Forbes: How automated are your IT systems at this point?
Geoff Brown: We’ve been on a construction journey for the past several years. We’re implementing what’s known in health-care jargon as “advanced clinical solutions.” You hear about “computerized physician order entry,” which involve organizations–outpatient groups, physicians, clinics or hospitals–moving away from handwritten notes, charts and prescriptions. On the in-patient side, we’re implementing those changes. The next step will be creating systems where that information will be captured by hospitals.
What kind of information?
When you go to a physician’s office today, you fill out a piece of paper on a clipboard about what medicines you take, what allergies you have, what previous conditions you had, and then the physician writes up those notes. They may have documentation about your condition or state in a problem list. Typically, that information is kept in a medical record within that practice. It is not accessible by any other source unless someone physically makes a copy.
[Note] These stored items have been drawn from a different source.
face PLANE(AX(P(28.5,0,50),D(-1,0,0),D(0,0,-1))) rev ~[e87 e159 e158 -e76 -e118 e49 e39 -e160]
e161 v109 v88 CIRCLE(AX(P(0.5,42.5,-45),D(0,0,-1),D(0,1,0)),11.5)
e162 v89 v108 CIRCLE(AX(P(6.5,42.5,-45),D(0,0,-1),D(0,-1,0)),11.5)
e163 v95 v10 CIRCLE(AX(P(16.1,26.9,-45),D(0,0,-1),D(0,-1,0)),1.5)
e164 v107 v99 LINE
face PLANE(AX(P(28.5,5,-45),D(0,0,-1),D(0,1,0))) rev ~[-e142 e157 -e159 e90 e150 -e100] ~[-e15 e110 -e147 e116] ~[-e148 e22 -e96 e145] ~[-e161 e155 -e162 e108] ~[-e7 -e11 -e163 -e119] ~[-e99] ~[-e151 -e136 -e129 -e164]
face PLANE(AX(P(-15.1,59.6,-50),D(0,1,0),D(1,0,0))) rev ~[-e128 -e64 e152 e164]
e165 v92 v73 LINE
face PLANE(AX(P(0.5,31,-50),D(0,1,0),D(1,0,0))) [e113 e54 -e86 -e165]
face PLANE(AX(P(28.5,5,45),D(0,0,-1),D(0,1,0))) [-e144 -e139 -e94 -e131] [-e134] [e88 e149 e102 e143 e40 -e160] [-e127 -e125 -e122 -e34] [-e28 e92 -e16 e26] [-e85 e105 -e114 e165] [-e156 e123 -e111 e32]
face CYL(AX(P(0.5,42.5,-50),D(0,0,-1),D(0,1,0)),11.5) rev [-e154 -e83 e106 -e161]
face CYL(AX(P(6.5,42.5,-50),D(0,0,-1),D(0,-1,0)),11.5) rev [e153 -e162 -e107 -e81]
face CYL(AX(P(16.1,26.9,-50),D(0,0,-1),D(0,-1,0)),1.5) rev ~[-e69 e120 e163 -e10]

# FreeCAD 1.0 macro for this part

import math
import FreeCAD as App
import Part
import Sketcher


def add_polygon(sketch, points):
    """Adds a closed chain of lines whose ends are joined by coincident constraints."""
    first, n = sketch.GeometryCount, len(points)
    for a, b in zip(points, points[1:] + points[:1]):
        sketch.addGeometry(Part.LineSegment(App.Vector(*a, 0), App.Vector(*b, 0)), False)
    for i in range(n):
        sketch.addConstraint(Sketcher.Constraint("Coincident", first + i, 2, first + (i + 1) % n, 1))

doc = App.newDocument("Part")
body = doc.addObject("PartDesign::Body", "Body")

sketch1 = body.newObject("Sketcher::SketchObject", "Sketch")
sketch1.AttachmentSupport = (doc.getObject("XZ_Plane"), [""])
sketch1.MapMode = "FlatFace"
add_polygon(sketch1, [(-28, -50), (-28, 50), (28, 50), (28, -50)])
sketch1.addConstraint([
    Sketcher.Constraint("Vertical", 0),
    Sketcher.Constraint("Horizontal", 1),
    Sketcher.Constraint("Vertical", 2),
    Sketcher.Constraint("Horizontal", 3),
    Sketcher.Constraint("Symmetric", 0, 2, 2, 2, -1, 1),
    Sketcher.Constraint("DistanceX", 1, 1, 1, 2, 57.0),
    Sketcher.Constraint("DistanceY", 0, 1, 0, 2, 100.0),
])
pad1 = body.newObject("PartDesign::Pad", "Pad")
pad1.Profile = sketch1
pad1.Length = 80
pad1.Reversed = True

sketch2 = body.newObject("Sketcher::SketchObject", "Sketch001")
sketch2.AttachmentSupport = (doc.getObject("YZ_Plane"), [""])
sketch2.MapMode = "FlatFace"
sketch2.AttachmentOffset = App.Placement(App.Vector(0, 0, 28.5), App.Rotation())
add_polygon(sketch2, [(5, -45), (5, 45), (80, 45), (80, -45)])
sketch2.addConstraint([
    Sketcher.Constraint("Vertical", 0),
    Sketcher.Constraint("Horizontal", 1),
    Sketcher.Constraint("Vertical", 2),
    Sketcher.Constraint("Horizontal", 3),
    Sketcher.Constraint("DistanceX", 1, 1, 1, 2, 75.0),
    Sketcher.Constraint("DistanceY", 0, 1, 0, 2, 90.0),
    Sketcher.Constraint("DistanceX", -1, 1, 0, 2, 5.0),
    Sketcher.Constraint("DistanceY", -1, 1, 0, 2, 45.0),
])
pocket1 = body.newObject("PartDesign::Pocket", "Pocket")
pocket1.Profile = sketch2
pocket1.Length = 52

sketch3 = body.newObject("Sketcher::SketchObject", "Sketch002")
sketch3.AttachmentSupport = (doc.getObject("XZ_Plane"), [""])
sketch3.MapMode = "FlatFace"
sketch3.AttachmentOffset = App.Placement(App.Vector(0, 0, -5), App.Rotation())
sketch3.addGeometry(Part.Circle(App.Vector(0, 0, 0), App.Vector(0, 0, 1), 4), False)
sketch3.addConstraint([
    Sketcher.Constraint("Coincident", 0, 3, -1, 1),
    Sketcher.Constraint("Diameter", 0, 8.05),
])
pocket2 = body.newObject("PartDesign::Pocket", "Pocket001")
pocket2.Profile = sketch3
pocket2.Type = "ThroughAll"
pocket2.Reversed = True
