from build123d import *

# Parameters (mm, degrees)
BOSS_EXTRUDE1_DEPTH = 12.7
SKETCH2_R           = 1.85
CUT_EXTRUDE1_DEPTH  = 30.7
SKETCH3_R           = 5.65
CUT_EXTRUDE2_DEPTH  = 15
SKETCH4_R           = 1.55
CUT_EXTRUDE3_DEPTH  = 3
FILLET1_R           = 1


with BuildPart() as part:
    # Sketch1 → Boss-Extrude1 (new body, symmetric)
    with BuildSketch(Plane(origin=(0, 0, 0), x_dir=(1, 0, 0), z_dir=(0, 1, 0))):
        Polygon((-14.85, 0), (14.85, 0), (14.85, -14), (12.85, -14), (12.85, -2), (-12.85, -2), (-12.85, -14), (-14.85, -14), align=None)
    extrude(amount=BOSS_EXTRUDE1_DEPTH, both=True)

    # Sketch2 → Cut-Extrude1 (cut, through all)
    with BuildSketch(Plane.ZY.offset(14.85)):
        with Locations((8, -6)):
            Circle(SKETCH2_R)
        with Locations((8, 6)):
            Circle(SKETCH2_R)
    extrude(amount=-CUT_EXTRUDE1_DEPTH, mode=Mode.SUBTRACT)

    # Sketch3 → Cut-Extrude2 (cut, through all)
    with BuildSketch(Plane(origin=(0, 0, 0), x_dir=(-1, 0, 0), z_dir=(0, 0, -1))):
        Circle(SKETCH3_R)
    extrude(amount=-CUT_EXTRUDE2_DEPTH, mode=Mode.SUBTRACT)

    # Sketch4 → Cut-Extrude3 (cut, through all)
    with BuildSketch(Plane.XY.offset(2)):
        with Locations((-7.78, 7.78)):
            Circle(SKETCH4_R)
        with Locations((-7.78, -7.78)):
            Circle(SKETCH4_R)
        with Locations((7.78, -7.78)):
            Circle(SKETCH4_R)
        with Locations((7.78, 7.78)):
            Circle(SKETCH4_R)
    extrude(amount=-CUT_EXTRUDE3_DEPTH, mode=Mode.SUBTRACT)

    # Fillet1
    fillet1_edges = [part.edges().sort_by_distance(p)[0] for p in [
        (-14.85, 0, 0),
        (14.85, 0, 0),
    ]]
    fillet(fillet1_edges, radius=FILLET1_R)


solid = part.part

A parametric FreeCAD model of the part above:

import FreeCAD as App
import Part
import Sketcher

V = App.Vector


def edges_at(feature, points):
    """Names of the edges that pass closest to the given points."""
    edges = feature.Shape.Edges
    near = lambda p: min(range(len(edges)), key=lambda i: edges[i].distToShape(Part.Vertex(*p))[0])
    return sorted({f"Edge{near(p) + 1}" for p in points})

doc = App.newDocument("Part")
body = doc.addObject("PartDesign::Body", "Body")

sketch1 = body.newObject("Sketcher::SketchObject", "Sketch")
sketch1.AttachmentSupport = (doc.getObject("XZ_Plane"), [""])
sketch1.MapMode = "FlatFace"
sketch1.addGeometry(Part.LineSegment(V(14.85, 0, 0), V(-14.85, 0, 0)), False)
sketch1.addGeometry(Part.LineSegment(V(-14.85, 0, 0), V(-14.85, 14, 0)), False)
sketch1.addGeometry(Part.LineSegment(V(-14.85, 14, 0), V(-12.85, 14, 0)), False)
sketch1.addGeometry(Part.LineSegment(V(-12.85, 14, 0), V(-12.85, 2, 0)), False)
sketch1.addGeometry(Part.LineSegment(V(-12.85, 2, 0), V(12.85, 2, 0)), False)
sketch1.addGeometry(Part.LineSegment(V(12.85, 2, 0), V(12.85, 14, 0)), False)
sketch1.addGeometry(Part.LineSegment(V(12.85, 14, 0), V(14.85, 14, 0)), False)
sketch1.addGeometry(Part.LineSegment(V(14.85, 14, 0), V(14.85, 0, 0)), False)
sketch1.addConstraint(Sketcher.Constraint("Coincident", 0, 2, 1, 1))
sketch1.addConstraint(Sketcher.Constraint("Coincident", 1, 2, 2, 1))
sketch1.addConstraint(Sketcher.Constraint("Coincident", 2, 2, 3, 1))
sketch1.addConstraint(Sketcher.Constraint("Coincident", 3, 2, 4, 1))
sketch1.addConstraint(Sketcher.Constraint("Coincident", 4, 2, 5, 1))
sketch1.addConstraint(Sketcher.Constraint("Coincident", 5, 2, 6, 1))
sketch1.addConstraint(Sketcher.Constraint("Coincident", 6, 2, 7, 1))
sketch1.addConstraint(Sketcher.Constraint("Coincident", 7, 2, 0, 1))
sketch1.addConstraint(Sketcher.Constraint("Horizontal", 0))
sketch1.addConstraint(Sketcher.Constraint("Vertical", 1))
sketch1.addConstraint(Sketcher.Constraint("Horizontal", 2))
sketch1.addConstraint(Sketcher.Constraint("Vertical", 3))
sketch1.addConstraint(Sketcher.Constraint("Horizontal", 4))
sketch1.addConstraint(Sketcher.Constraint("Vertical", 5))
sketch1.addConstraint(Sketcher.Constraint("Horizontal", 6))
sketch1.addConstraint(Sketcher.Constraint("Vertical", 7))
sketch1.addConstraint(Sketcher.Constraint("Symmetric", 0, 2, 7, 2, -1, 1))
sketch1.addConstraint(Sketcher.Constraint("Symmetric", 2, 2, 5, 2, -2))
sketch1.addConstraint(Sketcher.Constraint("DistanceX", 2, 1, 2, 2, 2.0))
sketch1.addConstraint(Sketcher.Constraint("DistanceY", 1, 1, 1, 2, 14.0))
sketch1.addConstraint(Sketcher.Constraint("DistanceY", 3, 2, 3, 1, 12.0))
sketch1.addConstraint(Sketcher.Constraint("DistanceX", 0, 2, 0, 1, 29.7))
pad1 = body.newObject("PartDesign::Pad", "Pad")
pad1.Profile = sketch1
pad1.Length = 25.4
pad1.Midplane = True

sketch2 = body.newObject("Sketcher::SketchObject", "Sketch001")
sketch2.AttachmentSupport = (doc.getObject("YZ_Plane"), [""])
sketch2.MapMode = "FlatFace"
sketch2.AttachmentOffset = App.Placement(V(0, 0, -14.85), App.Rotation())
sketch2.addGeometry(Part.Circle(V(-6, 8, 0), V(0, 0, 1), 1.85), False)
sketch2.addGeometry(Part.Circle(V(6, 8, 0), V(0, 0, 1), 1.85), False)
sketch2.addConstraint(Sketcher.Constraint("Equal", 0, 1))
sketch2.addConstraint(Sketcher.Constraint("Symmetric", 0, 3, 1, 3, -2))
sketch2.addConstraint(Sketcher.Constraint("Diameter", 0, 3.7))
sketch2.addConstraint(Sketcher.Constraint("DistanceX", 0, 3, -1, 1, 6.0))
sketch2.addConstraint(Sketcher.Constraint("DistanceY", -1, 1, 0, 3, 8.0))
pocket1 = body.newObject("PartDesign::Pocket", "Pocket")
pocket1.Profile = sketch2
pocket1.Type = "ThroughAll"
pocket1.Reversed = True

sketch3 = body.newObject("Sketcher::SketchObject", "Sketch002")
sketch3.AttachmentSupport = (doc.getObject("XY_Plane"), [""])
sketch3.MapMode = "FlatFace"
sketch3.addGeometry(Part.Circle(V(0, 0, 0), V(0, 0, 1), 5.65), False)
sketch3.addConstraint(Sketcher.Constraint("Coincident", 0, 3, -1, 1))
sketch3.addConstraint(Sketcher.Constraint("Diameter", 0, 11.3))
pocket2 = body.newObject("PartDesign::Pocket", "Pocket001")
pocket2.Profile = sketch3
pocket2.Type = "ThroughAll"
pocket2.Reversed = True

sketch4 = body.newObject("Sketcher::SketchObject", "Sketch003")
sketch4.AttachmentSupport = (doc.getObject("XY_Plane"), [""])
sketch4.MapMode = "FlatFace"
sketch4.AttachmentOffset = App.Placement(V(0, 0, 2), App.Rotation())
sketch4.addGeometry(Part.Circle(V(-7.78, 7.78, 0), V(0, 0, 1), 1.55), False)
sketch4.addGeometry(Part.Circle(V(-7.78, -7.78, 0), V(0, 0, 1), 1.55), False)
sketch4.addGeometry(Part.Circle(V(7.78, -7.78, 0), V(0, 0, 1), 1.55), False)
sketch4.addGeometry(Part.Circle(V(7.78, 7.78, 0), V(0, 0, 1), 1.55), False)
sketch4.addConstraint(Sketcher.Constraint("Equal", 0, 1))
sketch4.addConstraint(Sketcher.Constraint("Equal", 1, 2))
sketch4.addConstraint(Sketcher.Constraint("Equal", 2, 3))
sketch4.addConstraint(Sketcher.Constraint("Symmetric", 0, 3, 2, 3, -1, 1))
sketch4.addConstraint(Sketcher.Constraint("Symmetric", 1, 3, 3, 3, -1, 1))
sketch4.addConstraint(Sketcher.Constraint("Symmetric", 1, 3, 2, 3, -2))
sketch4.addConstraint(Sketcher.Constraint("Diameter", 0, 3.1))
sketch4.addConstraint(Sketcher.Constraint("DistanceX", 0, 3, -1, 1, 7.78))
sketch4.addConstraint(Sketcher.Constraint("DistanceY", -1, 1, 0, 3, 7.78))
pocket3 = body.newObject("PartDesign::Pocket", "Pocket002")
pocket3.Profile = sketch4
pocket3.Type = "ThroughAll"
doc.recompute()

fillet = body.newObject("PartDesign::Fillet", "Fillet")
fillet.Base = (pocket3, edges_at(pocket3, [(-14.85, 0, 0), (14.85, 0, 0)]))
fillet.Radius = 1

doc.recompute()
There’s been a lot of talk about the government funding electronic medical records. What’s happening there?
This involves in-patient EMR (electronic medical records) and out-patient EMR in physician offices, which typically are not connected at all. Many offices don’t even have systems to collect that information and provide decision support to physicians. If you need to send that information to a specialist, it’s done by fax or phone, or records are given to the patient to carry over there. It’s all manual and, in many cases, there are interpretation challenges.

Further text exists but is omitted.